→ Exercise brief
Every line from the one with "e6 v5 v6 LINE" to the one with "e28 v19 v19", including those two, is to be copied exactly; all other lines of the entries below are left out.

→ Input
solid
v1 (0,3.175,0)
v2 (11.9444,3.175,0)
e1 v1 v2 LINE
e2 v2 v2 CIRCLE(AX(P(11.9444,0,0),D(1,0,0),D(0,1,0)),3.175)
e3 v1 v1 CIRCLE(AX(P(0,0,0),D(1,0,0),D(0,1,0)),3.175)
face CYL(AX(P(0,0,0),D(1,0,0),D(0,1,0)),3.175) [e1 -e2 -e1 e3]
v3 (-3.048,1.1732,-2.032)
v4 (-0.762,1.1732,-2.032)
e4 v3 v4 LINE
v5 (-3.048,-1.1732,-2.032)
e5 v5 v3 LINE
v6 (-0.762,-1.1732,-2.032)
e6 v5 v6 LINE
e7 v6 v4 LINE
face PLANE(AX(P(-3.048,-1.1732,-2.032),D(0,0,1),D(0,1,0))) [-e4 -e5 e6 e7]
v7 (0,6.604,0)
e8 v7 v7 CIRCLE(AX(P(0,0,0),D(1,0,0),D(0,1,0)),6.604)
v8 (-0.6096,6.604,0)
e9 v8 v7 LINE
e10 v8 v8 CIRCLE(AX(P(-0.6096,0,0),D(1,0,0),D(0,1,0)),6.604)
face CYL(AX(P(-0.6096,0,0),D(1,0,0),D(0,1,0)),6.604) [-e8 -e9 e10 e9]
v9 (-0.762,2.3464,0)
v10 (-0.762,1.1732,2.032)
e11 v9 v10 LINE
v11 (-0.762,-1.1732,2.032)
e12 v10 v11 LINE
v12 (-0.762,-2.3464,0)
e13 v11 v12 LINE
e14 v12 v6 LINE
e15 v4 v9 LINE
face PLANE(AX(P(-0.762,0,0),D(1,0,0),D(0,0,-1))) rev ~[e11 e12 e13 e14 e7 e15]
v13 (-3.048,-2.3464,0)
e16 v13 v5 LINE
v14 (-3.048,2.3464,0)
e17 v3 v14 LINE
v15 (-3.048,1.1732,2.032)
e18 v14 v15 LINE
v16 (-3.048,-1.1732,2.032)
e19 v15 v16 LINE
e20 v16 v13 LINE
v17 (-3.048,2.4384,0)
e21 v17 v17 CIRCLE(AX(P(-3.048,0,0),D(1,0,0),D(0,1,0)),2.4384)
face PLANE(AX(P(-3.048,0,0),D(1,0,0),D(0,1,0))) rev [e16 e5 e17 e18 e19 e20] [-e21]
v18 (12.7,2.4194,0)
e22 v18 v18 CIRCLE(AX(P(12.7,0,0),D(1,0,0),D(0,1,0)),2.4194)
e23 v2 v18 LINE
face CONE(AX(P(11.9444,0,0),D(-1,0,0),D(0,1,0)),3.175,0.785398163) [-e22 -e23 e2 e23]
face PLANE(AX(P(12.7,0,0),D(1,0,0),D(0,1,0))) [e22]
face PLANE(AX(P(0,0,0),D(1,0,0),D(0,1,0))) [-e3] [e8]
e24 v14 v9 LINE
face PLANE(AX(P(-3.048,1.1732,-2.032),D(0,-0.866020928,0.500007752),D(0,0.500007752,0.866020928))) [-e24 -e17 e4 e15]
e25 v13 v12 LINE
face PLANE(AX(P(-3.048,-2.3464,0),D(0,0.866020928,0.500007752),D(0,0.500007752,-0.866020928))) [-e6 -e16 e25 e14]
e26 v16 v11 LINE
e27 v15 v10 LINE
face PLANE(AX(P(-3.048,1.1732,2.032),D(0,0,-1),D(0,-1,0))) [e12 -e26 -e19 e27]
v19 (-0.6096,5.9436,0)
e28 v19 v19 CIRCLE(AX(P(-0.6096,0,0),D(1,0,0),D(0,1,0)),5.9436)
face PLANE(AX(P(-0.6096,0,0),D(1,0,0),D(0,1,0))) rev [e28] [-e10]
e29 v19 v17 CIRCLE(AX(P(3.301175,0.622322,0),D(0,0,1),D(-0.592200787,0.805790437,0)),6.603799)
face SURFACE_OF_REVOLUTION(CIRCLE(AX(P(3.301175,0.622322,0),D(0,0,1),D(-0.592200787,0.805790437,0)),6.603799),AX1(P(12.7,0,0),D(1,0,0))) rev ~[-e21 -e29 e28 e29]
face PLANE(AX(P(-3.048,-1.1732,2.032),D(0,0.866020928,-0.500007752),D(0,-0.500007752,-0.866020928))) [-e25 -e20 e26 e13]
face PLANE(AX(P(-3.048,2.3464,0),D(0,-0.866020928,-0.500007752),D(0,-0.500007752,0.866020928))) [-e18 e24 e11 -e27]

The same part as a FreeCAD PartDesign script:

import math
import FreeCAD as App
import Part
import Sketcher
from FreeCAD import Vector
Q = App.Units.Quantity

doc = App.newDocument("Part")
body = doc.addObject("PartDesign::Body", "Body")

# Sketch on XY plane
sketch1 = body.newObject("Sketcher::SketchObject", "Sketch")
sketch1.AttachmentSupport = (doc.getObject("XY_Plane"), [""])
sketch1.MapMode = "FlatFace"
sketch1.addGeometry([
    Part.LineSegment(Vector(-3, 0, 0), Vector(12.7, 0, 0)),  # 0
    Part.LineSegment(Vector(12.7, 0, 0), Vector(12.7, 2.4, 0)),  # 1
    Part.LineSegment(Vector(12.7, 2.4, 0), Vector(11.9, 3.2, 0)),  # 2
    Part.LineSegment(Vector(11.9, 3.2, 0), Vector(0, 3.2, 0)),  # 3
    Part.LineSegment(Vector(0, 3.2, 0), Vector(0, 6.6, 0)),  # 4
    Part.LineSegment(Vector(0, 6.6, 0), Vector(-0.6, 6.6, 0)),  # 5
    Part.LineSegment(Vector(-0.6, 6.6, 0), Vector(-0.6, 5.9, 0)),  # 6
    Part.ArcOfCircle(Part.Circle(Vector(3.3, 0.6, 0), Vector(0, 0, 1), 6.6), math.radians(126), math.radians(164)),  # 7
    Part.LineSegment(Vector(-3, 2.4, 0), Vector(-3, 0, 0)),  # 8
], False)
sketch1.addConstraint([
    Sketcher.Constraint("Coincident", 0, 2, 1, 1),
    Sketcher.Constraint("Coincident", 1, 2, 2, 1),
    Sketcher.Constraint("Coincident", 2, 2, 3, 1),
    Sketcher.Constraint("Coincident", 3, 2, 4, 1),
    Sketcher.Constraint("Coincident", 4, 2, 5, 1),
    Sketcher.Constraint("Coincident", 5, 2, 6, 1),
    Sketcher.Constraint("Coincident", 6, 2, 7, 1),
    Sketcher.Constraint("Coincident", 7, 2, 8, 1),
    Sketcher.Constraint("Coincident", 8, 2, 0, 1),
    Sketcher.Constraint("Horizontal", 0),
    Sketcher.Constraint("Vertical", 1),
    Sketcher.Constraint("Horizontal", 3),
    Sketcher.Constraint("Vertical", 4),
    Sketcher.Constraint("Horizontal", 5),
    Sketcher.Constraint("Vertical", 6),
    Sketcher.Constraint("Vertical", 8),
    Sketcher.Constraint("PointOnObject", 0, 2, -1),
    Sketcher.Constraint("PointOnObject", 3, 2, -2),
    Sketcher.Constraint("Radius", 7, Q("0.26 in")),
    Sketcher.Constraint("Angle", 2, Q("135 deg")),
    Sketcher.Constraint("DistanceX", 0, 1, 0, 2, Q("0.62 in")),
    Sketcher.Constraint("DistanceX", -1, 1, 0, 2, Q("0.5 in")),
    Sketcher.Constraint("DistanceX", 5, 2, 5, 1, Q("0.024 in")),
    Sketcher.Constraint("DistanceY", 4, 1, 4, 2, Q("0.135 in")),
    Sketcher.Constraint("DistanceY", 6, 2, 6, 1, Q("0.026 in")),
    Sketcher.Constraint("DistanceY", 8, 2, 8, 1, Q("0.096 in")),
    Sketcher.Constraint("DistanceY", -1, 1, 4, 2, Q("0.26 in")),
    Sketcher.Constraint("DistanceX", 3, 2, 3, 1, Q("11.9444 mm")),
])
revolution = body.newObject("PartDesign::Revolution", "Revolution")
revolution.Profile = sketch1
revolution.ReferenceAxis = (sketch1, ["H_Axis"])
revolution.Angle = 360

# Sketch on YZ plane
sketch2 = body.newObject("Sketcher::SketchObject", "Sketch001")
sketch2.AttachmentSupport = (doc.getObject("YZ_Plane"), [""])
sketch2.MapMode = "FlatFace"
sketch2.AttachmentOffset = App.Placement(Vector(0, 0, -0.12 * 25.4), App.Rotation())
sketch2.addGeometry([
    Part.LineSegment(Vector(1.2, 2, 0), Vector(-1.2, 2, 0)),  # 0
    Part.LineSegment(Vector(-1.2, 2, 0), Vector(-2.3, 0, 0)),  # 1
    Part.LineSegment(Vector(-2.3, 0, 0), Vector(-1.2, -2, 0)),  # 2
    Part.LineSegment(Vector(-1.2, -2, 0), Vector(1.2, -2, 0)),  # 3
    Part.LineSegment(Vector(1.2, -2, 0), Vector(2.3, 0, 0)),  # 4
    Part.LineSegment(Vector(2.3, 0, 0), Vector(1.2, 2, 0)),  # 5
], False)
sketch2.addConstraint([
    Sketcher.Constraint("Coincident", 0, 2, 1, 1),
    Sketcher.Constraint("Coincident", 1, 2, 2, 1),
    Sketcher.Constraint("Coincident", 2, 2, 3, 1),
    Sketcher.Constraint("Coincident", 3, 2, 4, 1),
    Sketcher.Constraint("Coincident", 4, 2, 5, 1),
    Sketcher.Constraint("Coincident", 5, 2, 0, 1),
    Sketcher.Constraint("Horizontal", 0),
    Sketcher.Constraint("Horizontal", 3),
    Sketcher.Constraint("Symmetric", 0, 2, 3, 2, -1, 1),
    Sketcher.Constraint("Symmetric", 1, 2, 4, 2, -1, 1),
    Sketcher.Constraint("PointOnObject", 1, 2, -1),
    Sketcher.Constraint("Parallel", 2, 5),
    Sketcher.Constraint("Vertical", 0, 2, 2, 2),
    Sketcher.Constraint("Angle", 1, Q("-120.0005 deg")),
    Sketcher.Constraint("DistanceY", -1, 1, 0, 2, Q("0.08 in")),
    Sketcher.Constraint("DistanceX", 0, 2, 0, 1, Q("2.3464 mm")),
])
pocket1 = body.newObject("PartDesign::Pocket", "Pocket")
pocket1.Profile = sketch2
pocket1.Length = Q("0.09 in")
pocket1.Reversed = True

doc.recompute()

→ Your response
e6 v5 v6 LINE
e7 v6 v4 LINE
face PLANE(AX(P(-3.048,-1.1732,-2.032),D(0,0,1),D(0,1,0))) [-e4 -e5 e6 e7]
v7 (0,6.604,0)
e8 v7 v7 CIRCLE(AX(P(0,0,0),D(1,0,0),D(0,1,0)),6.604)
v8 (-0.6096,6.604,0)
e9 v8 v7 LINE
e10 v8 v8 CIRCLE(AX(P(-0.6096,0,0),D(1,0,0),D(0,1,0)),6.604)
face CYL(AX(P(-0.6096,0,0),D(1,0,0),D(0,1,0)),6.604) [-e8 -e9 e10 e9]
v9 (-0.762,2.3464,0)
v10 (-0.762,1.1732,2.032)
e11 v9 v10 LINE
v11 (-0.762,-1.1732,2.032)
e12 v10 v11 LINE
v12 (-0.762,-2.3464,0)
e13 v11 v12 LINE
e14 v12 v6 LINE
e15 v4 v9 LINE
face PLANE(AX(P(-0.762,0,0),D(1,0,0),D(0,0,-1))) rev ~[e11 e12 e13 e14 e7 e15]
v13 (-3.048,-2.3464,0)
e16 v13 v5 LINE
v14 (-3.048,2.3464,0)
e17 v3 v14 LINE
v15 (-3.048,1.1732,2.032)
e18 v14 v15 LINE
v16 (-3.048,-1.1732,2.032)
e19 v15 v16 LINE
e20 v16 v13 LINE
v17 (-3.048,2.4384,0)
e21 v17 v17 CIRCLE(AX(P(-3.048,0,0),D(1,0,0),D(0,1,0)),2.4384)
face PLANE(AX(P(-3.048,0,0),D(1,0,0),D(0,1,0))) rev [e16 e5 e17 e18 e19 e20] [-e21]
v18 (12.7,2.4194,0)
e22 v18 v18 CIRCLE(AX(P(12.7,0,0),D(1,0,0),D(0,1,0)),2.4194)
e23 v2 v18 LINE
face CONE(AX(P(11.9444,0,0),D(-1,0,0),D(0,1,0)),3.175,0.785398163) [-e22 -e23 e2 e23]
face PLANE(AX(P(12.7,0,0),D(1,0,0),D(0,1,0))) [e22]
face PLANE(AX(P(0,0,0),D(1,0,0),D(0,1,0))) [-e3] [e8]
e24 v14 v9 LINE
face PLANE(AX(P(-3.048,1.1732,-2.032),D(0,-0.866020928,0.500007752),D(0,0.500007752,0.866020928))) [-e24 -e17 e4 e15]
e25 v13 v12 LINE
face PLANE(AX(P(-3.048,-2.3464,0),D(0,0.866020928,0.500007752),D(0,0.500007752,-0.866020928))) [-e6 -e16 e25 e14]
e26 v16 v11 LINE
e27 v15 v10 LINE
face PLANE(AX(P(-3.048,1.1732,2.032),D(0,0,-1),D(0,-1,0))) [e12 -e26 -e19 e27]
v19 (-0.6096,5.9436,0)
e28 v19 v19 CIRCLE(AX(P(-0.6096,0,0),D(1,0,0),D(0,1,0)),5.9436)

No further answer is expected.